• BRIEF
The lines from the top of the data down to the line with "f 330 331 243" should be repeated exactly, both ends included.
------ EXERCISE MATERIAL ------
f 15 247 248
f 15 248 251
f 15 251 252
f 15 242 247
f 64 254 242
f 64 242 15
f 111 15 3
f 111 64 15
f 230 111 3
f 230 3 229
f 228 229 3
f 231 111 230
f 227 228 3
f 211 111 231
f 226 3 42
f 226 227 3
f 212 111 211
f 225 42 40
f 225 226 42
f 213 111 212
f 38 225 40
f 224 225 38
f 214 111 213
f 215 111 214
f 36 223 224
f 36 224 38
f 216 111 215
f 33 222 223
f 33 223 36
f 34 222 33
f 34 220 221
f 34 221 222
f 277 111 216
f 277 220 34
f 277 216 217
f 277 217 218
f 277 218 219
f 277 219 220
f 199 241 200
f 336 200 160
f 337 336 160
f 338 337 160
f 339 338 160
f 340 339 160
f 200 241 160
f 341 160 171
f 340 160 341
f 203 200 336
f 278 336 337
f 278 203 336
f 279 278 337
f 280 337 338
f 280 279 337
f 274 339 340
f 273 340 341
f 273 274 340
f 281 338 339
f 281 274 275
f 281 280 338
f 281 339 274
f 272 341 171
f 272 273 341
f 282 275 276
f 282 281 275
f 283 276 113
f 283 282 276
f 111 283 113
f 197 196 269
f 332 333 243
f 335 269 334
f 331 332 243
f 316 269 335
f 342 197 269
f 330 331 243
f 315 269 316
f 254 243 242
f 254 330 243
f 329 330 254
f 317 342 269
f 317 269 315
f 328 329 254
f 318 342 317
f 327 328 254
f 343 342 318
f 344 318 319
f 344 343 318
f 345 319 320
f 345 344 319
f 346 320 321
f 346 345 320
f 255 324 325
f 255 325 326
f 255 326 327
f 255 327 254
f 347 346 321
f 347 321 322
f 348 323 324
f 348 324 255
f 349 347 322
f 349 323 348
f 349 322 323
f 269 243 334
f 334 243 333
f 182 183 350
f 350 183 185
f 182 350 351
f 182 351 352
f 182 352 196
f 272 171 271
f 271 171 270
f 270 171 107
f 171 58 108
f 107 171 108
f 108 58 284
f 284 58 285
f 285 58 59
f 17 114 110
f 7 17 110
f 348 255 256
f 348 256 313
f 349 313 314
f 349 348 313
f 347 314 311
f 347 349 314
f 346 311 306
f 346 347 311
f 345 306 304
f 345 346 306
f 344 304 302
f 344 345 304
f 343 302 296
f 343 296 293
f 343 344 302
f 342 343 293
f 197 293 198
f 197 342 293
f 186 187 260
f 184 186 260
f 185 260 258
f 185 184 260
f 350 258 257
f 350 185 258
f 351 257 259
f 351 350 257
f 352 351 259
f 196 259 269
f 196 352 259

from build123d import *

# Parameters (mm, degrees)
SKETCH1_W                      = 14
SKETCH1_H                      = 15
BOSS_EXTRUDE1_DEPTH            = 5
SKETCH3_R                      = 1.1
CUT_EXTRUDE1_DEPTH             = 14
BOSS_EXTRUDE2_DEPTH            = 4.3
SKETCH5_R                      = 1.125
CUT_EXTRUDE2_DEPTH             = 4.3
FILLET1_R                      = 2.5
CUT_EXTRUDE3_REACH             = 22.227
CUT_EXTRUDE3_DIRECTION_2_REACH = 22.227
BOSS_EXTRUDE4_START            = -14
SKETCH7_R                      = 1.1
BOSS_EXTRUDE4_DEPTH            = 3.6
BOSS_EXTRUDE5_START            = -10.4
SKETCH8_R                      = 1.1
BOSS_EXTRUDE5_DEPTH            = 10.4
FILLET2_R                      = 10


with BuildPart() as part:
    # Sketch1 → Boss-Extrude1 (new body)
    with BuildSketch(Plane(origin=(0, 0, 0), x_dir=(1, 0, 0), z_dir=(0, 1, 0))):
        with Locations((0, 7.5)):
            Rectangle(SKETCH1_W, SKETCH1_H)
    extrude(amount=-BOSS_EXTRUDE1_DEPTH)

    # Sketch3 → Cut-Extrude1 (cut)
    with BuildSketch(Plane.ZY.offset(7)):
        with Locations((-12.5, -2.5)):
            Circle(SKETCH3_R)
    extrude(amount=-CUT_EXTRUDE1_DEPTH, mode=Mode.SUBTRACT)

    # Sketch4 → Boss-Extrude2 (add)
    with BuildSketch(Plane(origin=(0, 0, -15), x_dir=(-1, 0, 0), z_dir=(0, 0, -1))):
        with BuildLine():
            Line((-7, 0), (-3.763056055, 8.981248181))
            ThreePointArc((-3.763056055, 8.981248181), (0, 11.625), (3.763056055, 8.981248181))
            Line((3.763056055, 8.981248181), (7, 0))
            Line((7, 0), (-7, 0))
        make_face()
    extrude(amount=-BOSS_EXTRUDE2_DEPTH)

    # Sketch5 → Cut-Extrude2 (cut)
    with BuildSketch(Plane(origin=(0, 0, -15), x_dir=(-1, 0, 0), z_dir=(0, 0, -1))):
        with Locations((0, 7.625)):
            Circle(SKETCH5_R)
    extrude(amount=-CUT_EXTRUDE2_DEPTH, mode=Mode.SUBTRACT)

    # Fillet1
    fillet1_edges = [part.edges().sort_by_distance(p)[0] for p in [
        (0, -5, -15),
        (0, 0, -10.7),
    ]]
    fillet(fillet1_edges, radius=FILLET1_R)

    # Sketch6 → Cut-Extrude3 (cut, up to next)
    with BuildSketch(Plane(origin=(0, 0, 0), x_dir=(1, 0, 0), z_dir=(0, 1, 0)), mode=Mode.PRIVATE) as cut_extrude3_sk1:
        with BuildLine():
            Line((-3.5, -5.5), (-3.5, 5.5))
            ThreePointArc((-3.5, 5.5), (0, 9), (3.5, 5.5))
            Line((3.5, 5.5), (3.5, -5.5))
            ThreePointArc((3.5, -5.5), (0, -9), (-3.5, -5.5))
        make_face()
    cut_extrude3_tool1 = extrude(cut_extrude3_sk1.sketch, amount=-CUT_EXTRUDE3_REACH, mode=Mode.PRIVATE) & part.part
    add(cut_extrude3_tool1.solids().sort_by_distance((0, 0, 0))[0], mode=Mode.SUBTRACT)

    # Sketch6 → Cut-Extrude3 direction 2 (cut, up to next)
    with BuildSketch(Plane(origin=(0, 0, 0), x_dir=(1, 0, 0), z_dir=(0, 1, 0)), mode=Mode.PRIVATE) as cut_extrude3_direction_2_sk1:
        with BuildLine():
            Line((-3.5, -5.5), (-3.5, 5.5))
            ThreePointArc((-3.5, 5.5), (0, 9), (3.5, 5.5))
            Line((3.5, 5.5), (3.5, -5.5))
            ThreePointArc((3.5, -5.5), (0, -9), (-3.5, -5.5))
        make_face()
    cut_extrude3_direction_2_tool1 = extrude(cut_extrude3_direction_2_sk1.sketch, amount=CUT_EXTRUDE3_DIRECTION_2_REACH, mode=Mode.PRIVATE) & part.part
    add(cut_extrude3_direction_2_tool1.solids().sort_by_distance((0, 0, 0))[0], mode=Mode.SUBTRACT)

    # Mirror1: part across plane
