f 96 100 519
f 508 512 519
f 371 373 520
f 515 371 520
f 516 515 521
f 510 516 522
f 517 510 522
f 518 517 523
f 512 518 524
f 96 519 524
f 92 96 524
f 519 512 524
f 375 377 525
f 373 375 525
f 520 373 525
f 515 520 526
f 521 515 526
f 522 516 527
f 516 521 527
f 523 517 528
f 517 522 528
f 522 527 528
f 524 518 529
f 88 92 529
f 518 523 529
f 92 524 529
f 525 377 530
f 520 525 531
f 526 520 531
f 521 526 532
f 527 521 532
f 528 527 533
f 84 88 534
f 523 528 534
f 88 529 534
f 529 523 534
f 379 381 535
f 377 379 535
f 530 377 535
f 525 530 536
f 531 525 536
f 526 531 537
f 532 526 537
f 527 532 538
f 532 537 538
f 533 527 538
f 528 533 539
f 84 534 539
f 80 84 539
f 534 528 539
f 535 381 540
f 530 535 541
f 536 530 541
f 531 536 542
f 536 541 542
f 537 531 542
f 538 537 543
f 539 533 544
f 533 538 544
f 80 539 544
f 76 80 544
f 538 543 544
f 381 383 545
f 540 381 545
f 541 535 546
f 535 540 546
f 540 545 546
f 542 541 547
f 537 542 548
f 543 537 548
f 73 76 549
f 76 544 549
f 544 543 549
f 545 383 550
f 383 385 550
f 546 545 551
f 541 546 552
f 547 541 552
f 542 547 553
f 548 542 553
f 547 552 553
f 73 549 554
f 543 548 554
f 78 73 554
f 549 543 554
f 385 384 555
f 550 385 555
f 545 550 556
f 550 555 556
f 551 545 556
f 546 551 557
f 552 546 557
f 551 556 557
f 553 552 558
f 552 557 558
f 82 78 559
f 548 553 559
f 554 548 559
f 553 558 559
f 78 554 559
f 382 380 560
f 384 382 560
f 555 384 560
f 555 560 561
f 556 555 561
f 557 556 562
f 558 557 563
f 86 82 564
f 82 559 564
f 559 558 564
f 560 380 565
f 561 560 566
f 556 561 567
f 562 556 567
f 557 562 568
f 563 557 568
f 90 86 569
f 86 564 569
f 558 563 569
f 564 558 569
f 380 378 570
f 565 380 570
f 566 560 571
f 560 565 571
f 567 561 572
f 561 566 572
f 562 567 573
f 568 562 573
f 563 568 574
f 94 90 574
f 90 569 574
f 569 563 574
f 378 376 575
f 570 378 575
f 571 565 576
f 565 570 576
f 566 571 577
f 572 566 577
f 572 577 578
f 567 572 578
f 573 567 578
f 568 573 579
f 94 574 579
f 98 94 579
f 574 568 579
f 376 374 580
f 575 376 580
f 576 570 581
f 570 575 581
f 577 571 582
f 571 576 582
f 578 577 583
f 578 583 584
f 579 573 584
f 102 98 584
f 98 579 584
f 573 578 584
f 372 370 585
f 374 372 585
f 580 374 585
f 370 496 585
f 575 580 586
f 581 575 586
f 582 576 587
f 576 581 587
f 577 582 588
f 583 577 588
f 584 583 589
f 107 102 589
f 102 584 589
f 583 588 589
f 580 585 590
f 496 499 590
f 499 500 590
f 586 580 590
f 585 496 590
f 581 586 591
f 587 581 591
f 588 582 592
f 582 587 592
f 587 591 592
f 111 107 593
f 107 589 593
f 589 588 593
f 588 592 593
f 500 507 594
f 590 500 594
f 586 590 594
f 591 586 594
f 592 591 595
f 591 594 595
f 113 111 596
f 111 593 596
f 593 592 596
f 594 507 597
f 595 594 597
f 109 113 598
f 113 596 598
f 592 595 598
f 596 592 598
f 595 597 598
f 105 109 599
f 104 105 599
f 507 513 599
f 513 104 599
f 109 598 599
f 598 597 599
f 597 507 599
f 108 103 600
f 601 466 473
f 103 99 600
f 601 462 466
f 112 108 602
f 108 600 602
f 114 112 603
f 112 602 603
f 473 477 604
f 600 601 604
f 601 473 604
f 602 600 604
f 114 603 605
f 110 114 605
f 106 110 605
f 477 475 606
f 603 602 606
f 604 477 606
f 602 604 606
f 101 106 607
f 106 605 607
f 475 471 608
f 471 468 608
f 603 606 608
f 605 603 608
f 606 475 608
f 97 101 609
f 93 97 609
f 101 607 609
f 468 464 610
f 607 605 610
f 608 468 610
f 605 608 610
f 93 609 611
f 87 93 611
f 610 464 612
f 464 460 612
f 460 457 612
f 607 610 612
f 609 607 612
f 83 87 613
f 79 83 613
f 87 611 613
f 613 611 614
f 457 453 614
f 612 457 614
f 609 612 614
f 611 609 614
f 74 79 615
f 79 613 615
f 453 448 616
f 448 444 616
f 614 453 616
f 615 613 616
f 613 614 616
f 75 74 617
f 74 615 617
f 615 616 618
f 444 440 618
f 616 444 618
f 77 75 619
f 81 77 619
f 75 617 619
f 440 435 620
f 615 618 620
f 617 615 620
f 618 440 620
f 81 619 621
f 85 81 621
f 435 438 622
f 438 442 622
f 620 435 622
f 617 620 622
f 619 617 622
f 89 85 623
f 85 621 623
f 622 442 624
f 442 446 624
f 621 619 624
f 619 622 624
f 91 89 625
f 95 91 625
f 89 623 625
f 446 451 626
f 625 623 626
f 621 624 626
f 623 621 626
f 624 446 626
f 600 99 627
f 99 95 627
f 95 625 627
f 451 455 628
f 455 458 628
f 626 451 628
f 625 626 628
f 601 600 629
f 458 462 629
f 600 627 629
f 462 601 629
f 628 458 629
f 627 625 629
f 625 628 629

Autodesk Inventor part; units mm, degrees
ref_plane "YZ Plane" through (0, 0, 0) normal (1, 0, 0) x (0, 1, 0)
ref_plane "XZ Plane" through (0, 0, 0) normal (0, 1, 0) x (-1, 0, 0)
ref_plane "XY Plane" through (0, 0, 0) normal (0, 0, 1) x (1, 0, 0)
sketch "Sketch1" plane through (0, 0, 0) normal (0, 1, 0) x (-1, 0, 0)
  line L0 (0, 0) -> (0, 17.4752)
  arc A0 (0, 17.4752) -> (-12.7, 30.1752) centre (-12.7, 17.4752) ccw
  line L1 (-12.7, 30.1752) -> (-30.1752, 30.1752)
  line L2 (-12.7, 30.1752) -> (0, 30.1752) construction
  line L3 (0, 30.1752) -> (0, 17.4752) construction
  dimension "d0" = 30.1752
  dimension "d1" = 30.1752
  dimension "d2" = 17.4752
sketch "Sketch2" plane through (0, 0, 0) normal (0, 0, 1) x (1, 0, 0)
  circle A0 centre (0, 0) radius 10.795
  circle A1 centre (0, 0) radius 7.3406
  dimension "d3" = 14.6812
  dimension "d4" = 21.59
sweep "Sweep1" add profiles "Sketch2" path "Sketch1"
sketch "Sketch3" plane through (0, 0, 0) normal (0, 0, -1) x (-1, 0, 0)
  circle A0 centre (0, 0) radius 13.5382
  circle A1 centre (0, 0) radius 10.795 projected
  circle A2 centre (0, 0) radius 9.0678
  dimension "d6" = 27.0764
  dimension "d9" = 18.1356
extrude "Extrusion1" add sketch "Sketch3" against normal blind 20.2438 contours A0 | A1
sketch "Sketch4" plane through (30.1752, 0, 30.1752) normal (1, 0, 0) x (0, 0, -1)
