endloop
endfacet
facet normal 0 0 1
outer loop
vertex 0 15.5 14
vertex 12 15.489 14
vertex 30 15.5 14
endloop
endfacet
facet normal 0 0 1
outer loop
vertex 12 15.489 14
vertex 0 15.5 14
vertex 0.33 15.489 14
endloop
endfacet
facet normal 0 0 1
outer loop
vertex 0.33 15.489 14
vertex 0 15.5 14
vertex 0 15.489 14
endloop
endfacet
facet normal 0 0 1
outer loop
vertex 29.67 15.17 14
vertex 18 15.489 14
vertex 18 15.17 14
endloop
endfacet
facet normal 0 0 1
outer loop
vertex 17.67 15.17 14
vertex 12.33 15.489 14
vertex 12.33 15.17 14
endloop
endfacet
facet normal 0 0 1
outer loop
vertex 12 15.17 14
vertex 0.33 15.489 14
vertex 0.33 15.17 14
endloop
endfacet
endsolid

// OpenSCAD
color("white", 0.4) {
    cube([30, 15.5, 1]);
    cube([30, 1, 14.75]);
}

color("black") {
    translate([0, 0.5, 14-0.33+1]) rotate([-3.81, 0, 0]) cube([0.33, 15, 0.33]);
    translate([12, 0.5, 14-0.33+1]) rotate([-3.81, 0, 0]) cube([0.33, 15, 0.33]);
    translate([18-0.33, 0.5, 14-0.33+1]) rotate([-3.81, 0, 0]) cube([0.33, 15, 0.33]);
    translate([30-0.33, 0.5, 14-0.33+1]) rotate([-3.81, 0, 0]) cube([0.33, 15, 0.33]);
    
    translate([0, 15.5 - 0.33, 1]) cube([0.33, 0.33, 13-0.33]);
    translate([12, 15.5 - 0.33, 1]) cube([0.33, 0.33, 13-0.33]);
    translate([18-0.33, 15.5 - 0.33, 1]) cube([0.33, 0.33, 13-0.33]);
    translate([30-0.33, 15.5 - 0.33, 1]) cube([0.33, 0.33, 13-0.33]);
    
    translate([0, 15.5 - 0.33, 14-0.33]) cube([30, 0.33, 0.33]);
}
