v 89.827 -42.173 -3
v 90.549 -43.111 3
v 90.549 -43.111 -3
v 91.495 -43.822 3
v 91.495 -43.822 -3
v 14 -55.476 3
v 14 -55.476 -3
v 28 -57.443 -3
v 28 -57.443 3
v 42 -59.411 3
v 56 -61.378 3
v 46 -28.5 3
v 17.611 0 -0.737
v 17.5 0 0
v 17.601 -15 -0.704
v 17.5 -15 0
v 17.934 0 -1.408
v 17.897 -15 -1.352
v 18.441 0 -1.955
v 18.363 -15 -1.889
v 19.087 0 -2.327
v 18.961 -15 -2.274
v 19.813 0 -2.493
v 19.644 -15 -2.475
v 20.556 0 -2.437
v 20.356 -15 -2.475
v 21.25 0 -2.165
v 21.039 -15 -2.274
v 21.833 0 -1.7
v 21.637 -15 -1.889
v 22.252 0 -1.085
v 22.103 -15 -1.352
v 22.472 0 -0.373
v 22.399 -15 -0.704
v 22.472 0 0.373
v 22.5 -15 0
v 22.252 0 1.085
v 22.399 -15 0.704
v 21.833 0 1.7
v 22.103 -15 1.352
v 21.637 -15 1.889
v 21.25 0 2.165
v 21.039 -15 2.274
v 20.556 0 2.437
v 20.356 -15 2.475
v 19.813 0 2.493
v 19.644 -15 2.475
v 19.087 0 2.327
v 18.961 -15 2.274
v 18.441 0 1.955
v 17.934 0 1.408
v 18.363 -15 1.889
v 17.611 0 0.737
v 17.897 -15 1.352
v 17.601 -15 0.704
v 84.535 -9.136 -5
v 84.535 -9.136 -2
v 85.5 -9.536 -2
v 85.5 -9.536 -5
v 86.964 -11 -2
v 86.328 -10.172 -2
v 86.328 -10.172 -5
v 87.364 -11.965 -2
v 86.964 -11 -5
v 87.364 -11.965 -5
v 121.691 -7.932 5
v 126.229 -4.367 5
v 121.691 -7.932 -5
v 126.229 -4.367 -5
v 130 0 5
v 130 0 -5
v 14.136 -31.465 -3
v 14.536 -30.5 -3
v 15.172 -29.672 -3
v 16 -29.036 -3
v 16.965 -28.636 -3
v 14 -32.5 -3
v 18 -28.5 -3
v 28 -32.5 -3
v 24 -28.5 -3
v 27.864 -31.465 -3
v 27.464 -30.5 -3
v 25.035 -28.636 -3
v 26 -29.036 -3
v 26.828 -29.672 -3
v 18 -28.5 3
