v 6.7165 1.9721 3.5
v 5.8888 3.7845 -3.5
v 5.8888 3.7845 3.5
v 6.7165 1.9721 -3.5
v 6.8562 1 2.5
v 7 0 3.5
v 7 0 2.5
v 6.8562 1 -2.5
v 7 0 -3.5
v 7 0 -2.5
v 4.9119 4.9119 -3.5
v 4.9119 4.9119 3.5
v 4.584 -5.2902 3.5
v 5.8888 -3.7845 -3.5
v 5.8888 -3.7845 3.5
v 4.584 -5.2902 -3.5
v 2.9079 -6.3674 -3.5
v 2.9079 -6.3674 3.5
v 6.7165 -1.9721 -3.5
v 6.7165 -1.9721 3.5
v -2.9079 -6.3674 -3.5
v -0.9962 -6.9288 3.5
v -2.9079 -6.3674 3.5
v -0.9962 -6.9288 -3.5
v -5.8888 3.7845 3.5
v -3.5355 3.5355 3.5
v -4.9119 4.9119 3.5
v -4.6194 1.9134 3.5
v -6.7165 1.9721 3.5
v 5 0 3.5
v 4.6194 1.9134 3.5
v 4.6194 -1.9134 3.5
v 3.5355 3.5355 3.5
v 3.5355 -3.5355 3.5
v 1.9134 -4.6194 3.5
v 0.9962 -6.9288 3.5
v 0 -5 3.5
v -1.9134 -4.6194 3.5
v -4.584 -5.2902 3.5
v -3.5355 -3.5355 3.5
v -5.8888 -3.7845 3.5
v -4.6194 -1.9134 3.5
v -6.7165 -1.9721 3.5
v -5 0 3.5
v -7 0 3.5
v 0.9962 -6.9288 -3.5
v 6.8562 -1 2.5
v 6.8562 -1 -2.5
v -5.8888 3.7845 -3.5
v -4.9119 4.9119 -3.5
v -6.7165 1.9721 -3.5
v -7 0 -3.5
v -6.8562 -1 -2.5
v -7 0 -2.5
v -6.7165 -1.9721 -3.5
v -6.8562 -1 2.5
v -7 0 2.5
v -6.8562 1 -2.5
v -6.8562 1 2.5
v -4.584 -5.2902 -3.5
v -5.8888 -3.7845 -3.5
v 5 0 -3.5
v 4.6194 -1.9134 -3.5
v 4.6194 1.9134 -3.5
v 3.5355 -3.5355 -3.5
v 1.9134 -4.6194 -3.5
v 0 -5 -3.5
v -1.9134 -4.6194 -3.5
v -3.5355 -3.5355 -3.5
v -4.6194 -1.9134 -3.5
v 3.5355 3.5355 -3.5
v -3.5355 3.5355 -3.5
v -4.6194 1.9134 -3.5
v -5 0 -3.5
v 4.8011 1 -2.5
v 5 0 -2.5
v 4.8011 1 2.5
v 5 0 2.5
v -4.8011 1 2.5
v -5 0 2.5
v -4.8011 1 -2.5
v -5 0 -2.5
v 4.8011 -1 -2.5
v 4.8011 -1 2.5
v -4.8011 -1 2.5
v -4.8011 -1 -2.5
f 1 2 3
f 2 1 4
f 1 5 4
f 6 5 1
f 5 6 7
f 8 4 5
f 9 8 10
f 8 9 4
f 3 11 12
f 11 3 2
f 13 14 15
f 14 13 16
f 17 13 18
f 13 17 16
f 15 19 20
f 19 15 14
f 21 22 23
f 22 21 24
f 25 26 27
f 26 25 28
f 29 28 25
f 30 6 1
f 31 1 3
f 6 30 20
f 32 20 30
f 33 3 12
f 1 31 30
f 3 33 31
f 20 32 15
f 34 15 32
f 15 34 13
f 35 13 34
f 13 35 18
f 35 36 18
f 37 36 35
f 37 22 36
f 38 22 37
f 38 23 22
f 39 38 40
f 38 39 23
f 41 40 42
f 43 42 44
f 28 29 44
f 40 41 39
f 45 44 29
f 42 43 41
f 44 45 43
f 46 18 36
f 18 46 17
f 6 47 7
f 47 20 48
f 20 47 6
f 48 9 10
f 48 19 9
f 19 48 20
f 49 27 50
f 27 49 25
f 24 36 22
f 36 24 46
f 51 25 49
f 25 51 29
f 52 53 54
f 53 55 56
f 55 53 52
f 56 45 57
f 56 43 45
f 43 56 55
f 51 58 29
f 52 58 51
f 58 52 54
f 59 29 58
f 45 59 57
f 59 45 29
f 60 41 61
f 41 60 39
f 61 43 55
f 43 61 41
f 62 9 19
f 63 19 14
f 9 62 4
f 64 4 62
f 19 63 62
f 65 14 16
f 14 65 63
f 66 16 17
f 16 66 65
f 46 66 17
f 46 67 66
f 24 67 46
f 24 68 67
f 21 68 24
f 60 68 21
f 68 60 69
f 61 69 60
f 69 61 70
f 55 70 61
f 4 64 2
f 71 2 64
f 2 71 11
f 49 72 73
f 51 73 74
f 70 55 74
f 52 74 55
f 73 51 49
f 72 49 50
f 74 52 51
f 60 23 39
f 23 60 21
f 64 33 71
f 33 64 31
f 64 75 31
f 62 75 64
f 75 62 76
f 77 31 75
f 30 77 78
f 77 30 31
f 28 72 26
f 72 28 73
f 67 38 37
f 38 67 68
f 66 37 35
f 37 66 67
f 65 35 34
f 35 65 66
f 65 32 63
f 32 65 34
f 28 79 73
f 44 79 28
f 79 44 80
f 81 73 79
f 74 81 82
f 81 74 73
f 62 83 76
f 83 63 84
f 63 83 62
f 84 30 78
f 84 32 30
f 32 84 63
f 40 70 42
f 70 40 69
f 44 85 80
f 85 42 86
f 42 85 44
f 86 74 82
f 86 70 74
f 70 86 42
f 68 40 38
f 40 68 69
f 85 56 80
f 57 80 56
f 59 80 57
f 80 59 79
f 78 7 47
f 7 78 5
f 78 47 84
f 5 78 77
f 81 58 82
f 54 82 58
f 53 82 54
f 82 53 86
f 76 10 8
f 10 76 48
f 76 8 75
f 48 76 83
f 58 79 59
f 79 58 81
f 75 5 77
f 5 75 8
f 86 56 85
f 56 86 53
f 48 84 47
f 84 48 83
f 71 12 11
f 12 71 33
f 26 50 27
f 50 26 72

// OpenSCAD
// [FL_INDEX: keywords="openscad, 3d_parametric, cable_binder_zip_tie_cut-assistant, csg_solid" | COT="Parametric OpenSCAD design from 3DCodeverse"]
// Title: cable binder/zip tie cut-assistant

innerradius = 5; // [0:100]
wallthickness = 2; // [0:10]
radius = innerradius+wallthickness;

height = 7; // [0:15]

cable_binder_width_plus_margin = 5; // [0:10]
cable_binder_height_plus_margin = 2; // [0:10]
cable_binder_position_in_percent = 50; // [0:100]

open_top = "yes"; // [yes,no]
opening_angle = 90; // // [0:360]



// from http://rocklinux.net/pipermail/openscad/2012-August/003170.html
// whosawhatsis
module slice(r = 10, deg = 30) { 
	degn = (deg % 360 > 0) ? deg % 360 : deg % 360 + 360;
	difference() {
		circle(r);
		if (degn > 180) 
			intersection_for(a = [0, 180 - degn]) 
				rotate(a) 
					translate([-r, 0, 0]) 
						square(r * 2); 
		else 
			union() 
				for(a = [0, 180 - degn]) 
					rotate(a) 
						translate([-r, 0, 0]) 
							square(r * 2); 
	}
}



difference(){
	cylinder(h = height, r = radius, center = true);
	cylinder(h = height+2, r = innerradius, center = true);

	translate([0,-radius,0])
		translate([0,(radius*2)*cable_binder_position_in_percent/100, 0])
			cube(size = [radius*2, cable_binder_height_plus_margin, cable_binder_width_plus_margin], center = true);

if (open_top == "yes"){
	rotate(90 + opening_angle/2) 
	linear_extrude(height = height+2, center = true)
		slice(radius*2, opening_angle);
}

}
------
• RESPONSE TO THIS EXERCISE
f 15 247 248
f 15 248 251
f 15 251 252
f 15 242 247
f 64 254 242
f 64 242 15
f 111 15 3
f 111 64 15
f 230 111 3
f 230 3 229
f 228 229 3
f 231 111 230
f 227 228 3
f 211 111 231
f 226 3 42
f 226 227 3
f 212 111 211
f 225 42 40
f 225 226 42
f 213 111 212
f 38 225 40
f 224 225 38
f 214 111 213
f 215 111 214
f 36 223 224
f 36 224 38
f 216 111 215
f 33 222 223
f 33 223 36
f 34 222 33
f 34 220 221
f 34 221 222
f 277 111 216
f 277 220 34
f 277 216 217
f 277 217 218
f 277 218 219
f 277 219 220
f 199 241 200
f 336 200 160
f 337 336 160
f 338 337 160
f 339 338 160
f 340 339 160
f 200 241 160
f 341 160 171
f 340 160 341
f 203 200 336
f 278 336 337
f 278 203 336
f 279 278 337
f 280 337 338
f 280 279 337
f 274 339 340
f 273 340 341
f 273 274 340
f 281 338 339
f 281 274 275
f 281 280 338
f 281 339 274
f 272 341 171
f 272 273 341
f 282 275 276
f 282 281 275
f 283 276 113
f 283 282 276
f 111 283 113
f 197 196 269
f 332 333 243
f 335 269 334
f 331 332 243
f 316 269 335
f 342 197 269
f 330 331 243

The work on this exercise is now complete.